The choice of Reiffen and Ward merits additional discussion. An important attribute of their analysis is the estimation of the discount attributed to generic entry as a non-linear function of the number of generic competitors. However, the estimated discounts associated with generic entry are somewhat smaller than those of alternative analyses, e.g., Saha et al. (2006) and Grabowski et al. (2007). We contend (based on our stage 1 analysis and supported by the biosimilar experience in Europe) that high fixed costs of entry into these markets are likely to result in few FoPP entrants per drug. The effect of few competitors is bolstered by the expectation that FoPP products are unlikely to be considered identical to the innovator products. (We return to this point in greater detail, below). Biologic markets after FoPP entry may, therefore, be better characterized as imperfectly competitive, even oligopolistic markets, resulting in smaller price discounts than would occur in a market with either much greater numbers of entrants or non-differentiated products.

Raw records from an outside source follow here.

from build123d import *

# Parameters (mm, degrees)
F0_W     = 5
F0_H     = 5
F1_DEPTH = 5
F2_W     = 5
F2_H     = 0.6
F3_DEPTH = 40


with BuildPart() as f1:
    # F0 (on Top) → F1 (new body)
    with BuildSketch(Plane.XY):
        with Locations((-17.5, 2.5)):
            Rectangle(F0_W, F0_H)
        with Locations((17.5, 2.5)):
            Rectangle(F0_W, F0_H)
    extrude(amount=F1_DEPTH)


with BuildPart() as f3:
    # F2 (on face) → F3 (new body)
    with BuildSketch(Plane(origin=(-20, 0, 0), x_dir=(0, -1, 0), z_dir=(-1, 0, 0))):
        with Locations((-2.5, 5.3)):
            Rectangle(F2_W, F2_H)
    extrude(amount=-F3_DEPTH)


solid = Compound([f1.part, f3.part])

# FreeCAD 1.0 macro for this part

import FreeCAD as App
import Part
import Sketcher

V = App.Vector


def add_polygon(sketch, points):
    """Adds a closed chain of lines whose ends are joined by coincident constraints."""
    first, n = sketch.GeometryCount, len(points)
    for a, b in zip(points, points[1:] + points[:1]):
        sketch.addGeometry(Part.LineSegment(App.Vector(*a, 0), App.Vector(*b, 0)), False)
    for i in range(n):
        sketch.addConstraint(Sketcher.Constraint("Coincident", first + i, 2, first + (i + 1) % n, 1))

doc = App.newDocument("Part")
body = doc.addObject("PartDesign::Body", "Body")
body.AllowCompound = True

# Sketch on XY plane
sketch1 = body.newObject("Sketcher::SketchObject", "Sketch")
sketch1.AttachmentSupport = (doc.getObject("XY_Plane"), [""])
sketch1.MapMode = "FlatFace"
add_polygon(sketch1, [(-20, 5), (-20, 0), (-15, 0), (-15, 5)])  # lines 0-3
add_polygon(sketch1, [(15, 5), (15, 0), (20, 0), (20, 5)])  # lines 4-7
sketch1.addConstraint([
    Sketcher.Constraint("Vertical", 0),
    Sketcher.Constraint("Horizontal", 1),
    Sketcher.Constraint("Vertical", 2),
    Sketcher.Constraint("Horizontal", 3),
    Sketcher.Constraint("Vertical", 4),
    Sketcher.Constraint("Horizontal", 5),
    Sketcher.Constraint("Vertical", 6),
    Sketcher.Constraint("Horizontal", 7),
    Sketcher.Constraint("Symmetric", 1, 2, 4, 2, -1, 1),
    Sketcher.Constraint("Symmetric", 0, 2, 5, 2, -2),
    Sketcher.Constraint("Horizontal", 3, 2, 6, 2),
    Sketcher.Constraint("Equal", 7, 0),
    Sketcher.Constraint("DistanceX", 1, 1, 1, 2, 5.0),
    Sketcher.Constraint("DistanceX", 0, 2, -1, 1, 20.0),
])
pad1 = body.newObject("PartDesign::Pad", "Pad")
pad1.Profile = sketch1
pad1.Length = 5
body2 = doc.addObject("PartDesign::Body", "Body001")

# Sketch on YZ plane
sketch2 = body2.newObject("Sketcher::SketchObject", "Sketch001")
sketch2.AttachmentSupport = (doc.getObject("YZ_Plane001"), [""])
sketch2.MapMode = "FlatFace"
sketch2.AttachmentOffset = App.Placement(V(0, 0, -20), App.Rotation())
add_polygon(sketch2, [(5, 5.6), (5, 5), (0, 5), (0, 5.6)])  # lines 0-3
sketch2.addConstraint([
    Sketcher.Constraint("Vertical", 0),
    Sketcher.Constraint("Horizontal", 1),
    Sketcher.Constraint("Vertical", 2),
    Sketcher.Constraint("Horizontal", 3),
    Sketcher.Constraint("PointOnObject", 1, 2, -2),
    Sketcher.Constraint("DistanceX", 1, 2, 1, 1, 5.0),
    Sketcher.Constraint("DistanceY", 0, 2, 0, 1, 0.6),
    Sketcher.Constraint("DistanceY", -1, 1, 0, 2, 5.0),
])
pad2 = body2.newObject("PartDesign::Pad", "Pad001")
pad2.Profile = sketch2
pad2.Length = 40

doc.recompute()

Step 3: Estimating "brand" and "FoPP" market shares
Step 3 of our model, estimating the cumulative FoPP market, share draws on the analysis of Saha et al. (2006). As we are interested only in predicting market share, rather than analyzing the structural relationships between the determinants, we use the OLS analyses of Saha et al. to estimate FoPP market share as a function of FoPP price discount, the number of FoPP entrants, the overall market size, and the level of HMO coverage within the market.
Step 4: Estimating market size post-FoPP entry
Multiple studies of pharmaceutical benefits design (e.g., Gaynor, Li and Vogt, 2007; and Joyce et al., 2002), have demonstrated that the demand for pharmaceutical products decreases as prices increase. Similarly, the entry of FoPPs and the associated biosimilar price discount are anticipated to induce an increase in pharmaceutical demand and, therefore, in market size. Although some studies show that generic entry in the small molecule market can depress overall market size as brand producers cut back on advertising, we believe that this effect will be negligible in the biologic market, as FoPP producers are likely to try and establish an independent market identity (as does, e.g., Sandoz's Omnitrope®, which is a FoPP for Pfizer's hGH, Genotropin®).
Therefore, we model the increase in market size as a function of the weighted decrease in price, where the weights are the relative "brand" and "FoPP" market shares, which are affected, in turn, by the predicted number of FoPP entrants.
Steps 5-6: Estimating cost impact FoPP entry
The model calculates cumulative cost impact over the period 2009-2019. The base-case analysis of the incremental cost impact associated with FoPP availability uses straightforward assumptions to estimate FoPP entry, FoPP pricing, FoPP market share, and overall market size. The model then re-calculates the cost impact under a series of alternative assumptions on entry, pricing, market share and market size. Finally, the base case results are subjected to sensitivity analyses involving variation of selected underlying model parameters through a pre-determined range of plausible values.
Given the uncertainty regarding new approval pathways for FoPPs, it is important to develop estimates of the cost impact of the availability of FoPPs that are sensitive to the effects of differing levels of rigor for regulatory approval. In this model, the rigor of the approval model affects the estimated cost impact through two pathways: 1) the time to market entry of the FoPP and 2) the fixed costs of satisfying regulatory requirements. The time to market and the costs of clinical trials are assumed to increase with the level of regulatory stringency.